> Problem requirements: Your task is to retype the listing word for word.
*** Provided data
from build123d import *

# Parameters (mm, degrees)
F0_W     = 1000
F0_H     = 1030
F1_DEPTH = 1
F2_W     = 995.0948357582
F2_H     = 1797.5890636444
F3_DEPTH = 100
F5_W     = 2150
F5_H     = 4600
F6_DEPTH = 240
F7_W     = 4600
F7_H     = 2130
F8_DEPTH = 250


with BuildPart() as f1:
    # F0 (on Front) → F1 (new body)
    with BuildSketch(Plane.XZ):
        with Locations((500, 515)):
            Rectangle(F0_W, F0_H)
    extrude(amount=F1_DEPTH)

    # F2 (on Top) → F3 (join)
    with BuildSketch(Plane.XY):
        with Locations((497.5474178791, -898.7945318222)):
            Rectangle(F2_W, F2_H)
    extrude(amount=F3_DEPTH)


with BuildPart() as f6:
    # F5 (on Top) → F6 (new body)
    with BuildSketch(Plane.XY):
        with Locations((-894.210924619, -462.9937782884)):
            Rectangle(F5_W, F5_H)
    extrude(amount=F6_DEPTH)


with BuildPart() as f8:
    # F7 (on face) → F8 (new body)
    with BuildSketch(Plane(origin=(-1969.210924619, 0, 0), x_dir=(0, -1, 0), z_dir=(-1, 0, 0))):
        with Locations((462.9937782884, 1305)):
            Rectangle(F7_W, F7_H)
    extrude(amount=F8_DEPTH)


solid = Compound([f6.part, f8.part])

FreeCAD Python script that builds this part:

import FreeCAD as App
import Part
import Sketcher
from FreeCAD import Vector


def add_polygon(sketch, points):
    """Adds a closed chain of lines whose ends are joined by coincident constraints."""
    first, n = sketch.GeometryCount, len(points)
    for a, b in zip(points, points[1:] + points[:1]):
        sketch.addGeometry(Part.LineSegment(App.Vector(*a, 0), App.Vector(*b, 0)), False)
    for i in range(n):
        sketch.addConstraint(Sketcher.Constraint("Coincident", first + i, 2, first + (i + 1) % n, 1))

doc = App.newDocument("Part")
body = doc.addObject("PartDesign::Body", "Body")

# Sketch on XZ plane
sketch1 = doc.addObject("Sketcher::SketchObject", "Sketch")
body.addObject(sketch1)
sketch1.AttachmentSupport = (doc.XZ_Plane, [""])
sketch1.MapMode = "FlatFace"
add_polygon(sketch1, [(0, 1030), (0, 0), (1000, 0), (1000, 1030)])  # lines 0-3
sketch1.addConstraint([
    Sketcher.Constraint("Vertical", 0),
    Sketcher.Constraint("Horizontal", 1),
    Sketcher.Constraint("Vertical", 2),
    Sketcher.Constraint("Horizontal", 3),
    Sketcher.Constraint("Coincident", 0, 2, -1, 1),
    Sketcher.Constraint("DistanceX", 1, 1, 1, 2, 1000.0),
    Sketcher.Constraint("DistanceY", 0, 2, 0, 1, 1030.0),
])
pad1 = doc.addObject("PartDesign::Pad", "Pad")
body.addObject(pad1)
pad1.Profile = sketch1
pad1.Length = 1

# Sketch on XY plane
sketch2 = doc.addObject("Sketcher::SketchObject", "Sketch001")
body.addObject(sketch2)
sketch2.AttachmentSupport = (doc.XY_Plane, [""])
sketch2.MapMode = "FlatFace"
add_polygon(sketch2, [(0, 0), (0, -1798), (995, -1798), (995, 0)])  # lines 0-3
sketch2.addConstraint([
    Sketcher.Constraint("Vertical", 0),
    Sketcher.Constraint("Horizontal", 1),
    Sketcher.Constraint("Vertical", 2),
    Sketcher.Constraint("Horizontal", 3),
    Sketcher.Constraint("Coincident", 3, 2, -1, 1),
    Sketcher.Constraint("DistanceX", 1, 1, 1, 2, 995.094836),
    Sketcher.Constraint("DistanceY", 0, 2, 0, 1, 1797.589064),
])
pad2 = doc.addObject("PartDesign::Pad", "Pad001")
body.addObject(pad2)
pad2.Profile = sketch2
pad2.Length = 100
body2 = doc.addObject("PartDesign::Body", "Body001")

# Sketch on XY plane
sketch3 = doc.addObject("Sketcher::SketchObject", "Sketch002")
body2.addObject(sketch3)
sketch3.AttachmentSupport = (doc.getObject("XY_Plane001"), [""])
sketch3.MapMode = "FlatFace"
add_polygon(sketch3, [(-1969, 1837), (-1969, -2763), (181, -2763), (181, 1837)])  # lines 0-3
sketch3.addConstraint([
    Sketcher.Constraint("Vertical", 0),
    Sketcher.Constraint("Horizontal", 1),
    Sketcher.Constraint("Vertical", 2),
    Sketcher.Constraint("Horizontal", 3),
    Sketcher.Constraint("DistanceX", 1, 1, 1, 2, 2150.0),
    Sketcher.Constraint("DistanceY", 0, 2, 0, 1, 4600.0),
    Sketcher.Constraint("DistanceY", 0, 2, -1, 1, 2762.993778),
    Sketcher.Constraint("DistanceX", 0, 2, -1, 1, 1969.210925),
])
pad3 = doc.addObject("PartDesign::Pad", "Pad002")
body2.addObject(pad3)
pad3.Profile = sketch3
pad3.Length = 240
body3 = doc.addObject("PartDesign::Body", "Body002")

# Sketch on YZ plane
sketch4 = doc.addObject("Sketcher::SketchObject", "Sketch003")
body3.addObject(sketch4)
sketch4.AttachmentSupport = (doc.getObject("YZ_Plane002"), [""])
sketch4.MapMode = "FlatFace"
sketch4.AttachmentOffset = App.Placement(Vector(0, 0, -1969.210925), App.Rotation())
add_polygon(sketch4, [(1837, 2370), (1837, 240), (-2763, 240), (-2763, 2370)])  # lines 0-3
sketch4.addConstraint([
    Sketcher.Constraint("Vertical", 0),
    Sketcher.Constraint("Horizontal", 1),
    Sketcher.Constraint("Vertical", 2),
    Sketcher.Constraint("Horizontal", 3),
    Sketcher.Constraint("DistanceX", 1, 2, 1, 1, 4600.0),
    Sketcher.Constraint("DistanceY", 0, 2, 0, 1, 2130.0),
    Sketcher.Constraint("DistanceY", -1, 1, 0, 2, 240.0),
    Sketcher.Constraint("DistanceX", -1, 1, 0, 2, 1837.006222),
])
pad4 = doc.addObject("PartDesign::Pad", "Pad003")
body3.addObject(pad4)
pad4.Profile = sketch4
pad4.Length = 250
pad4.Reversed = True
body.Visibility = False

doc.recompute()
******
> Exercise result:
from build123d import *

# Parameters (mm, degrees)
F0_W     = 1000
F0_H     = 1030
F1_DEPTH = 1
F2_W     = 995.0948357582
F2_H     = 1797.5890636444
F3_DEPTH = 100
F5_W     = 2150
F5_H     = 4600
F6_DEPTH = 240
F7_W     = 4600
F7_H     = 2130
F8_DEPTH = 250


with BuildPart() as f1:
    # F0 (on Front) → F1 (new body)
    with BuildSketch(Plane.XZ):
        with Locations((500, 515)):
            Rectangle(F0_W, F0_H)
    extrude(amount=F1_DEPTH)

    # F2 (on Top) → F3 (join)
    with BuildSketch(Plane.XY):
        with Locations((497.5474178791, -898.7945318222)):
            Rectangle(F2_W, F2_H)
    extrude(amount=F3_DEPTH)


with BuildPart() as f6:
    # F5 (on Top) → F6 (new body)
    with BuildSketch(Plane.XY):
        with Locations((-894.210924619, -462.9937782884)):
            Rectangle(F5_W, F5_H)
    extrude(amount=F6_DEPTH)


with BuildPart() as f8:
    # F7 (on face) → F8 (new body)
    with BuildSketch(Plane(origin=(-1969.210924619, 0, 0), x_dir=(0, -1, 0), z_dir=(-1, 0, 0))):
        with Locations((462.9937782884, 1305)):
            Rectangle(F7_W, F7_H)
    extrude(amount=F8_DEPTH)


solid = Compound([f6.part, f8.part])

FreeCAD Python script that builds this part:

import FreeCAD as App
import Part
import Sketcher
from FreeCAD import Vector


def add_polygon(sketch, points):
    """Adds a closed chain of lines whose ends are joined by coincident constraints."""
    first, n = sketch.GeometryCount, len(points)
    for a, b in zip(points, points[1:] + points[:1]):
        sketch.addGeometry(Part.LineSegment(App.Vector(*a, 0), App.Vector(*b, 0)), False)
    for i in range(n):
        sketch.addConstraint(Sketcher.Constraint("Coincident", first + i, 2, first + (i + 1) % n, 1))

doc = App.newDocument("Part")
body = doc.addObject("PartDesign::Body", "Body")

# Sketch on XZ plane
sketch1 = doc.addObject("Sketcher::SketchObject", "Sketch")
body.addObject(sketch1)
sketch1.AttachmentSupport = (doc.XZ_Plane, [""])
sketch1.MapMode = "FlatFace"
add_polygon(sketch1, [(0, 1030), (0, 0), (1000, 0), (1000, 1030)])  # lines 0-3
sketch1.addConstraint([
    Sketcher.Constraint("Vertical", 0),
    Sketcher.Constraint("Horizontal", 1),
    Sketcher.Constraint("Vertical", 2),
    Sketcher.Constraint("Horizontal", 3),
    Sketcher.Constraint("Coincident", 0, 2, -1, 1),
    Sketcher.Constraint("DistanceX", 1, 1, 1, 2, 1000.0),
    Sketcher.Constraint("DistanceY", 0, 2, 0, 1, 1030.0),
])
pad1 = doc.addObject("PartDesign::Pad", "Pad")
body.addObject(pad1)
pad1.Profile = sketch1
pad1.Length = 1

# Sketch on XY plane
sketch2 = doc.addObject("Sketcher::SketchObject", "Sketch001")
body.addObject(sketch2)
sketch2.AttachmentSupport = (doc.XY_Plane, [""])
sketch2.MapMode = "FlatFace"
add_polygon(sketch2, [(0, 0), (0, -1798), (995, -1798), (995, 0)])  # lines 0-3
sketch2.addConstraint([
    Sketcher.Constraint("Vertical", 0),
    Sketcher.Constraint("Horizontal", 1),
    Sketcher.Constraint("Vertical", 2),
    Sketcher.Constraint("Horizontal", 3),
    Sketcher.Constraint("Coincident", 3, 2, -1, 1),
    Sketcher.Constraint("DistanceX", 1, 1, 1, 2, 995.094836),
    Sketcher.Constraint("DistanceY", 0, 2, 0, 1, 1797.589064),
])
pad2 = doc.addObject("PartDesign::Pad", "Pad001")
body.addObject(pad2)
pad2.Profile = sketch2
pad2.Length = 100
body2 = doc.addObject("PartDesign::Body", "Body001")

# Sketch on XY plane
sketch3 = doc.addObject("Sketcher::SketchObject", "Sketch002")
body2.addObject(sketch3)
sketch3.AttachmentSupport = (doc.getObject("XY_Plane001"), [""])
sketch3.MapMode = "FlatFace"
add_polygon(sketch3, [(-1969, 1837), (-1969, -2763), (181, -2763), (181, 1837)])  # lines 0-3
sketch3.addConstraint([
    Sketcher.Constraint("Vertical", 0),
    Sketcher.Constraint("Horizontal", 1),
    Sketcher.Constraint("Vertical", 2),
    Sketcher.Constraint("Horizontal", 3),
    Sketcher.Constraint("DistanceX", 1, 1, 1, 2, 2150.0),
    Sketcher.Constraint("DistanceY", 0, 2, 0, 1, 4600.0),
    Sketcher.Constraint("DistanceY", 0, 2, -1, 1, 2762.993778),
    Sketcher.Constraint("DistanceX", 0, 2, -1, 1, 1969.210925),
])
pad3 = doc.addObject("PartDesign::Pad", "Pad002")
body2.addObject(pad3)
pad3.Profile = sketch3
pad3.Length = 240
body3 = doc.addObject("PartDesign::Body", "Body002")

# Sketch on YZ plane
sketch4 = doc.addObject("Sketcher::SketchObject", "Sketch003")
body3.addObject(sketch4)
sketch4.AttachmentSupport = (doc.getObject("YZ_Plane002"), [""])
sketch4.MapMode = "FlatFace"
sketch4.AttachmentOffset = App.Placement(Vector(0, 0, -1969.210925), App.Rotation())
add_polygon(sketch4, [(1837, 2370), (1837, 240), (-2763, 240), (-2763, 2370)])  # lines 0-3
sketch4.addConstraint([
    Sketcher.Constraint("Vertical", 0),
    Sketcher.Constraint("Horizontal", 1),
    Sketcher.Constraint("Vertical", 2),
    Sketcher.Constraint("Horizontal", 3),
    Sketcher.Constraint("DistanceX", 1, 2, 1, 1, 4600.0),
    Sketcher.Constraint("DistanceY", 0, 2, 0, 1, 2130.0),
    Sketcher.Constraint("DistanceY", -1, 1, 0, 2, 240.0),
    Sketcher.Constraint("DistanceX", -1, 1, 0, 2, 1837.006222),
])
pad4 = doc.addObject("PartDesign::Pad", "Pad003")
body3.addObject(pad4)
pad4.Profile = sketch4
pad4.Length = 250
pad4.Reversed = True
body.Visibility = False

doc.recompute()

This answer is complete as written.